Tirey Lafayette Ford (December 29, 1857 – June 26, 1928) was an American lawyer and Republican politician who served as a California State Senator and the 18th Attorney-General of California. He acted as General Counsel for the United Railroads in San Francisco.

Early life
Ford was born on a farm in Monroe County, Missouri, the son of Jacob Harrison Ford and Mary Winn Abernathy. He went to the district county school from 1863 to 1873 and graduated from high school in 1876.

In 1877, at the age of 19, Ford left Missouri and took an immigrant train to Colusa County, California. For three years, he worked on his uncle (Hugh J. Glenn)'s ranch; Hugh Glenn was a Democratic candidate for Governor. Ford became a student in the law office of Colonel Park Henshaw in Chico, California. Ford was admitted to the California bar in August 1882.

In 1882, Ford moved to Oroville to practice law in partnership with Senator Albert F. Jones, under the firm name of Jones & Ford. This partnership lasted for one year when Ford moved to Downieville, California, the county seat of Sierra County, where he practiced law under the firm name of Smith & Ford. He specialized in mining law. Tirey stayed in Downieville for eight years.

Marriage and children 

On February 1, 1888, Ford married Mary Emma Byington of California.
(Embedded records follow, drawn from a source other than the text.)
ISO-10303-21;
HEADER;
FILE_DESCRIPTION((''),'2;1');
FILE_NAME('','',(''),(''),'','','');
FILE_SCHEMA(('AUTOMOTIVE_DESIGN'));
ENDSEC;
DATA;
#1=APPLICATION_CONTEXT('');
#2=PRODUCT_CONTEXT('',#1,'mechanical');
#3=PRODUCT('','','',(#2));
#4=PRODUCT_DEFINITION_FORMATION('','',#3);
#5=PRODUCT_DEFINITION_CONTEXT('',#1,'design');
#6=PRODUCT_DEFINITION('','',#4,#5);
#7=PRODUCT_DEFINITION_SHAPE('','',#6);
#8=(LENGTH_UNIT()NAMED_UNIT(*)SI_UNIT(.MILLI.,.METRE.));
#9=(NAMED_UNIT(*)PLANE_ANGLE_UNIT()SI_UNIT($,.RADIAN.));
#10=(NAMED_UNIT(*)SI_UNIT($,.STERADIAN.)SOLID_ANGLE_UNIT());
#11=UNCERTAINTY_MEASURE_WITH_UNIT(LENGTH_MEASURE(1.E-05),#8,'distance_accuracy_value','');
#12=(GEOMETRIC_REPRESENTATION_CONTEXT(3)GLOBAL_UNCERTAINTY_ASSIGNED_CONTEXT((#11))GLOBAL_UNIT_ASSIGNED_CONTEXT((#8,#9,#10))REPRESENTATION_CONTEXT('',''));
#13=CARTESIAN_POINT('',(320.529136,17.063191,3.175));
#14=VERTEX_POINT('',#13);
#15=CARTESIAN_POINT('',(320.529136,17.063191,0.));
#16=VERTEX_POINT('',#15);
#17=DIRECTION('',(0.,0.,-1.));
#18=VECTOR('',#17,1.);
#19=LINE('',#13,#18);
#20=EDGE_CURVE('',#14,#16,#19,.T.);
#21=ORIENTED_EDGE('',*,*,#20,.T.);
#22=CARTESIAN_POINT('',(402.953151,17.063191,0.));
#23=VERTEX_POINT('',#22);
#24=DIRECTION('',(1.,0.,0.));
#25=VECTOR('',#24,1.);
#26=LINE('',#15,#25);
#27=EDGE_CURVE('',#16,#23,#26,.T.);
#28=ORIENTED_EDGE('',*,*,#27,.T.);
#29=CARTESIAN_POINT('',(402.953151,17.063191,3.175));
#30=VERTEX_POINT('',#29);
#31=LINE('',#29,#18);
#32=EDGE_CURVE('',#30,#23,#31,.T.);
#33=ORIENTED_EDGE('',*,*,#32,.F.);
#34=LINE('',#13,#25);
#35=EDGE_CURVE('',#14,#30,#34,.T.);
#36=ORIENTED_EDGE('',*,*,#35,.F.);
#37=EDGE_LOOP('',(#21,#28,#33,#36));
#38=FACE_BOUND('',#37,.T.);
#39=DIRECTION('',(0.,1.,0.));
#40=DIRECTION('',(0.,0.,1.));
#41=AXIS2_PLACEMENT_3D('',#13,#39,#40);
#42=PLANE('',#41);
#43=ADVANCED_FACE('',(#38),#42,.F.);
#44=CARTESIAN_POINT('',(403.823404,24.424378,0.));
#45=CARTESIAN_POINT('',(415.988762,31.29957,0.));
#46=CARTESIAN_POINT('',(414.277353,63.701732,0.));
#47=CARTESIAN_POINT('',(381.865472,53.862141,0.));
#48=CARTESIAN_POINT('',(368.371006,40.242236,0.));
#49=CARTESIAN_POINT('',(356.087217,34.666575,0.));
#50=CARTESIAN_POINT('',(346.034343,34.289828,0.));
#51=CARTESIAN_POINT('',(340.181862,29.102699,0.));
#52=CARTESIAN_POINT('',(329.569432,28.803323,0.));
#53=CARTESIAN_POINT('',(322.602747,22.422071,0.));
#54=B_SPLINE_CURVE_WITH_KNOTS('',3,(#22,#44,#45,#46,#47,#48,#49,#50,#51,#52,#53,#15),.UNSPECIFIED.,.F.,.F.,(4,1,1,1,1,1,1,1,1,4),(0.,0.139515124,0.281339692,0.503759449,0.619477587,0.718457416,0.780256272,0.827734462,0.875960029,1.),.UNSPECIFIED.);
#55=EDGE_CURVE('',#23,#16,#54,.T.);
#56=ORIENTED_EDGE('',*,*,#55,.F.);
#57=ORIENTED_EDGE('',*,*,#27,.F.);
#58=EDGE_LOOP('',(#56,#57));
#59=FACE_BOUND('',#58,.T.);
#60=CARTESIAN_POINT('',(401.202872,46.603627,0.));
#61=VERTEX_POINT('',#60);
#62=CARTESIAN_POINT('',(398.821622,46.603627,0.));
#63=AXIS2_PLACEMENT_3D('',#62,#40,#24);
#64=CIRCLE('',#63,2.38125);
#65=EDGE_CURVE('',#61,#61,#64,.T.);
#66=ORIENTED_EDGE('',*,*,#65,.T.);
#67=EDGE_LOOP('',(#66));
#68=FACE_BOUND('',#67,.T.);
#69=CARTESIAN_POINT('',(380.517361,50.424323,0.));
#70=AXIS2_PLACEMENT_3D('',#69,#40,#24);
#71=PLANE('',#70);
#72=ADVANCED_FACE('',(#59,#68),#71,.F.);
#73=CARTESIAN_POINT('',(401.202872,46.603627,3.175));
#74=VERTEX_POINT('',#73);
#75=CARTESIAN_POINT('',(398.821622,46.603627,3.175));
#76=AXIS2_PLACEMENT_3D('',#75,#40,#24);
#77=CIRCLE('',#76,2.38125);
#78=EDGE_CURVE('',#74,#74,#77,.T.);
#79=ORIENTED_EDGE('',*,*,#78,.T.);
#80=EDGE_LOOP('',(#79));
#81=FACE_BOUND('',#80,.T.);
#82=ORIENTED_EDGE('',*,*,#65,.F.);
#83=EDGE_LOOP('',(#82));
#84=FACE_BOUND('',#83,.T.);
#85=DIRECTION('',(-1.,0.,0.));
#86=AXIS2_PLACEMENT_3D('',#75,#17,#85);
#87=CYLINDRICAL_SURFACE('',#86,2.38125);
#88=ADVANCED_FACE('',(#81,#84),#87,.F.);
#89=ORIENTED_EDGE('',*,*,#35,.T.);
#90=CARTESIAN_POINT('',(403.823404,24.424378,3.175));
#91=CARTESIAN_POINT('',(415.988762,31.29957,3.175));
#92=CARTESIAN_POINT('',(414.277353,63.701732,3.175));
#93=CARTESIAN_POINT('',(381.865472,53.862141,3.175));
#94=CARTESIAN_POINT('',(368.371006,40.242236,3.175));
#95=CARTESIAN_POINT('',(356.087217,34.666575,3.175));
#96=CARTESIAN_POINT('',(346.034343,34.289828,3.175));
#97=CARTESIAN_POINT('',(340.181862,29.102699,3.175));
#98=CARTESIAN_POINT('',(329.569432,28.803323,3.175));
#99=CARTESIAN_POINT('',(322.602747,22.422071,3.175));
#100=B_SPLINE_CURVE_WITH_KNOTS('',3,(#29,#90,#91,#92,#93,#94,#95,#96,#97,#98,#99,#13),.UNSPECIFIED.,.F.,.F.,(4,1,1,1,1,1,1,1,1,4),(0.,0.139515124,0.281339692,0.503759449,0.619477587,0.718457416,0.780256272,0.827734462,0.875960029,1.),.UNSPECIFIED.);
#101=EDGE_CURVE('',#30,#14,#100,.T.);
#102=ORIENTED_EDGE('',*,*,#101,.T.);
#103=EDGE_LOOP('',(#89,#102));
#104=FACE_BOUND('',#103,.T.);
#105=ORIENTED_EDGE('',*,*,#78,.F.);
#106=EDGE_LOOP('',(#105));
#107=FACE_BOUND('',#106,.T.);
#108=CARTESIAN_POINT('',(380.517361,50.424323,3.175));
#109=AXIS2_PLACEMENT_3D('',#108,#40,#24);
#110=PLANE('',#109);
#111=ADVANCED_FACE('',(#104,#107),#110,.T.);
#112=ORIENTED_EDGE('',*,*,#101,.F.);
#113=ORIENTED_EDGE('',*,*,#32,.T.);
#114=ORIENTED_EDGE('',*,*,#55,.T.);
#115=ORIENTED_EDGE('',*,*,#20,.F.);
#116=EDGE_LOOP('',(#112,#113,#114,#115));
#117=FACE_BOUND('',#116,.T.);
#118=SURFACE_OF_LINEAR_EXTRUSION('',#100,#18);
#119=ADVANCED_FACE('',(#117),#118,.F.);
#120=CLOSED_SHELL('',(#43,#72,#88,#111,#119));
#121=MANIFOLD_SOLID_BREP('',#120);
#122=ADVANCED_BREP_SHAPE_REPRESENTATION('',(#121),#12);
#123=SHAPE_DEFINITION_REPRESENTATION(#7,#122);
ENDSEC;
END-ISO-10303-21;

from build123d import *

# Parameters (mm, degrees)
SKETCH1_R           = 2.38125
BOSS_EXTRUDE1_DEPTH = 3.175


with BuildPart() as part:
    # Sketch1 → Boss-Extrude1 (new body)
    with BuildSketch(Plane.XY):
        with BuildLine():
            Line((320.529135655, 17.063190558), (402.953151444, 17.063190558))
            add(Edge.make_bspline(
                [(320.529135655, 17.063190558), (322.602747372, 22.422070846), (329.56943156, 28.803323221), (340.18186162, 29.102699295), (346.034342646, 34.28982774), (356.087217077, 34.66657494), (368.371006485, 40.242236287), (381.865472251, 53.862140686), (414.277353483, 63.701732451), (415.988761744, 31.299570063), (403.823403651, 24.424378095), (402.953151444, 17.063190558)],
                knots=[0, 0, 0, 0, 0.124039971, 0.172265538, 0.219743728, 0.281542584, 0.380522413, 0.496240551, 0.718660308, 0.860484876, 1, 1, 1, 1], degree=3))
        make_face()
        with Locations((398.821621831, 46.603627294)):
            Circle(SKETCH1_R, mode=Mode.SUBTRACT)
    extrude(amount=BOSS_EXTRUDE1_DEPTH)


solid = part.part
She was the sister of Lewis Francis Byington and daughter of Lewis Byington. They had three children, sons Byington Ford and Tirey L. Ford Jr., and daughter Relda.

Political life

District Attorney
In 1888, Ford was elected as District Attorney of Sierra County on the Republican ticket by the largest majority than any candidate for that office in 17 years. He re-elected in 1890 to the office without opposition, the Democrats making no nomination against him.

State Senator
Ford became Republican State Senator in 1892 and 1895 for California's 3rd State Senate district, Plumas, Sierra, and Nevada Counties. On March 23, 1893, Senator Ford introduced two bills known as the Ford's Mining Bills, Senate Bill No. 50, which would allow hydraulic mining where it can be done without material injury to the navigable rivers, and Senate Bill No. 389, which would appropriate $250,000 for building restraining dams, provided by the United States Government.

State Board of Harbor Commissioners
He was appointed attorney to the State Board of Harbor Commissioners in 1894, which office he held until elected Attorney General for the state of California in 1898. Ford solved a difficult legal dispute over ownership of an area known as Channel Street located in the San Francisco's harbor leading to the bay. A judgment gave this land for public use to the city of San Francisco.

Union League Club President
In 1898, Ford was elected president of the Union League Club in San Francisco. The Republican  club extended fellowship to distinguished guests of the city. Annual meetings were often held at the Palace Hotel in San Francisco.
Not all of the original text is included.